- Opening Delimiter -

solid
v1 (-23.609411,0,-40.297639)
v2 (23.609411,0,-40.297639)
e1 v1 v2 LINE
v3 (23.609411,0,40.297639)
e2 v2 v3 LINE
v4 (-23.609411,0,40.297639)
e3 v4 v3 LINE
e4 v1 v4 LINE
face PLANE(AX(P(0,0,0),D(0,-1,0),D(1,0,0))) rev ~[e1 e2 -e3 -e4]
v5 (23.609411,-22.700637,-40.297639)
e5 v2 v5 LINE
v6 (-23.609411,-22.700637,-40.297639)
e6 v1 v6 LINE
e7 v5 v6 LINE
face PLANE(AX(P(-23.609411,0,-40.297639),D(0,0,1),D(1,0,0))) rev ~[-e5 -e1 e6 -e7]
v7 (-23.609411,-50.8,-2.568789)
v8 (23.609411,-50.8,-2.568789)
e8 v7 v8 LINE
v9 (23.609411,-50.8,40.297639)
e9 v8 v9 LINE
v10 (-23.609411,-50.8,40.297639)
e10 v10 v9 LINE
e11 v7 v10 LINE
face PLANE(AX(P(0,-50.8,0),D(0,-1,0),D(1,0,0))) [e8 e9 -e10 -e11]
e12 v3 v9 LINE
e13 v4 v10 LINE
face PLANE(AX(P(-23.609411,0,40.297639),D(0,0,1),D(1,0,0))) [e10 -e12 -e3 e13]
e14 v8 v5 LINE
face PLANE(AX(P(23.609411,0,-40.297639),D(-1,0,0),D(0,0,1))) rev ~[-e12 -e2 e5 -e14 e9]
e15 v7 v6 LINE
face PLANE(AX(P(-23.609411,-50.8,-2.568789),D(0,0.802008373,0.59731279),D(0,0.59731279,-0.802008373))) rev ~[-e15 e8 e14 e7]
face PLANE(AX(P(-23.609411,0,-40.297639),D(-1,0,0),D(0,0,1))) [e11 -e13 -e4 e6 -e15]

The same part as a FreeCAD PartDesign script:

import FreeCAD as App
import Part
import Sketcher
from FreeCAD import Vector
Q = App.Units.Quantity


def add_polygon(sketch, points):
    """Adds a closed chain of lines whose ends are joined by coincident constraints."""
    first, n = sketch.GeometryCount, len(points)
    for a, b in zip(points, points[1:] + points[:1]):
        sketch.addGeometry(Part.LineSegment(App.Vector(*a, 0), App.Vector(*b, 0)), False)
    for i in range(n):
        sketch.addConstraint(Sketcher.Constraint("Coincident", first + i, 2, first + (i + 1) % n, 1))

doc = App.newDocument("Part")
body = doc.addObject("PartDesign::Body", "Body")

# Sketch on XZ plane
sketch1 = body.newObject("Sketcher::SketchObject", "Sketch")
sketch1.AttachmentSupport = (doc.getObject("XZ_Plane"), [""])
sketch1.MapMode = "FlatFace"
add_polygon(sketch1, [(-24, 40), (-24, -40), (24, -40), (24, 40)])  # lines 0-3
sketch1.addConstraint(Sketcher.Constraint("Vertical", 0))
sketch1.addConstraint(Sketcher.Constraint("Horizontal", 1))
sketch1.addConstraint(Sketcher.Constraint("Vertical", 2))
sketch1.addConstraint(Sketcher.Constraint("Horizontal", 3))
sketch1.addConstraint(Sketcher.Constraint("Symmetric", 0, 2, 2, 2, -1, 1))
sketch1.addConstraint(Sketcher.Constraint("DistanceX", 1, 1, 1, 2, 47.218822))
sketch1.addConstraint(Sketcher.Constraint("DistanceY", 0, 2, 0, 1, 80.595278))
pad1 = body.newObject("PartDesign::Pad", "Pad")
pad1.Profile = sketch1
pad1.Length = Q("2 in")

# Sketch on YZ plane
sketch2 = body.newObject("Sketcher::SketchObject", "Sketch001")
sketch2.AttachmentSupport = (doc.getObject("YZ_Plane"), [""])
sketch2.MapMode = "FlatFace"
sketch2.AttachmentOffset = App.Placement(Vector(0, 0, -23.609411), App.Rotation())
add_polygon(sketch2, [(-59, 2), (-51, -3), (-16, -49), (-63, -49)])  # lines 0-3
sketch2.addConstraint(Sketcher.Constraint("Horizontal", 2))
sketch2.addConstraint(Sketcher.Constraint("DistanceX", 0, 2, -1, 1, Q("2 in")))
sketch2.addConstraint(Sketcher.Constraint("DistanceY", 1, 2, 0, 2, 46.4007))
sketch2.addConstraint(Sketcher.Constraint("Distance", 1, 57.85563))
sketch2.addConstraint(Sketcher.Constraint("DistanceX", 2, 2, 2, 1, 46.838077))
sketch2.addConstraint(Sketcher.Constraint("DistanceY", 0, 2, -1, 1, 2.568789))
sketch2.addConstraint(Sketcher.Constraint("DistanceX", 3, 2, 1, 2, 43.19588))
sketch2.addConstraint(Sketcher.Constraint("Distance", 0, 9.635497))
pocket1 = body.newObject("PartDesign::Pocket", "Pocket")
pocket1.Profile = sketch2
pocket1.Type = "ThroughAll"
pocket1.Reversed = True

doc.recompute()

- Closing Delimiter -

Find where the line with "e2 v2 v3 LINE" sits in the material above, then copy exactly from it through the line with "The same part". Add no other line.

e2 v2 v3 LINE
v4 (-23.609411,0,40.297639)
e3 v4 v3 LINE
e4 v1 v4 LINE
face PLANE(AX(P(0,0,0),D(0,-1,0),D(1,0,0))) rev ~[e1 e2 -e3 -e4]
v5 (23.609411,-22.700637,-40.297639)
e5 v2 v5 LINE
v6 (-23.609411,-22.700637,-40.297639)
e6 v1 v6 LINE
e7 v5 v6 LINE
face PLANE(AX(P(-23.609411,0,-40.297639),D(0,0,1),D(1,0,0))) rev ~[-e5 -e1 e6 -e7]
v7 (-23.609411,-50.8,-2.568789)
v8 (23.609411,-50.8,-2.568789)
e8 v7 v8 LINE
v9 (23.609411,-50.8,40.297639)
e9 v8 v9 LINE
v10 (-23.609411,-50.8,40.297639)
e10 v10 v9 LINE
e11 v7 v10 LINE
face PLANE(AX(P(0,-50.8,0),D(0,-1,0),D(1,0,0))) [e8 e9 -e10 -e11]
e12 v3 v9 LINE
e13 v4 v10 LINE
face PLANE(AX(P(-23.609411,0,40.297639),D(0,0,1),D(1,0,0))) [e10 -e12 -e3 e13]
e14 v8 v5 LINE
face PLANE(AX(P(23.609411,0,-40.297639),D(-1,0,0),D(0,0,1))) rev ~[-e12 -e2 e5 -e14 e9]
e15 v7 v6 LINE
face PLANE(AX(P(-23.609411,-50.8,-2.568789),D(0,0.802008373,0.59731279),D(0,0.59731279,-0.802008373))) rev ~[-e15 e8 e14 e7]
face PLANE(AX(P(-23.609411,0,-40.297639),D(-1,0,0),D(0,0,1))) [e11 -e13 -e4 e6 -e15]

The same part as a FreeCAD PartDesign script:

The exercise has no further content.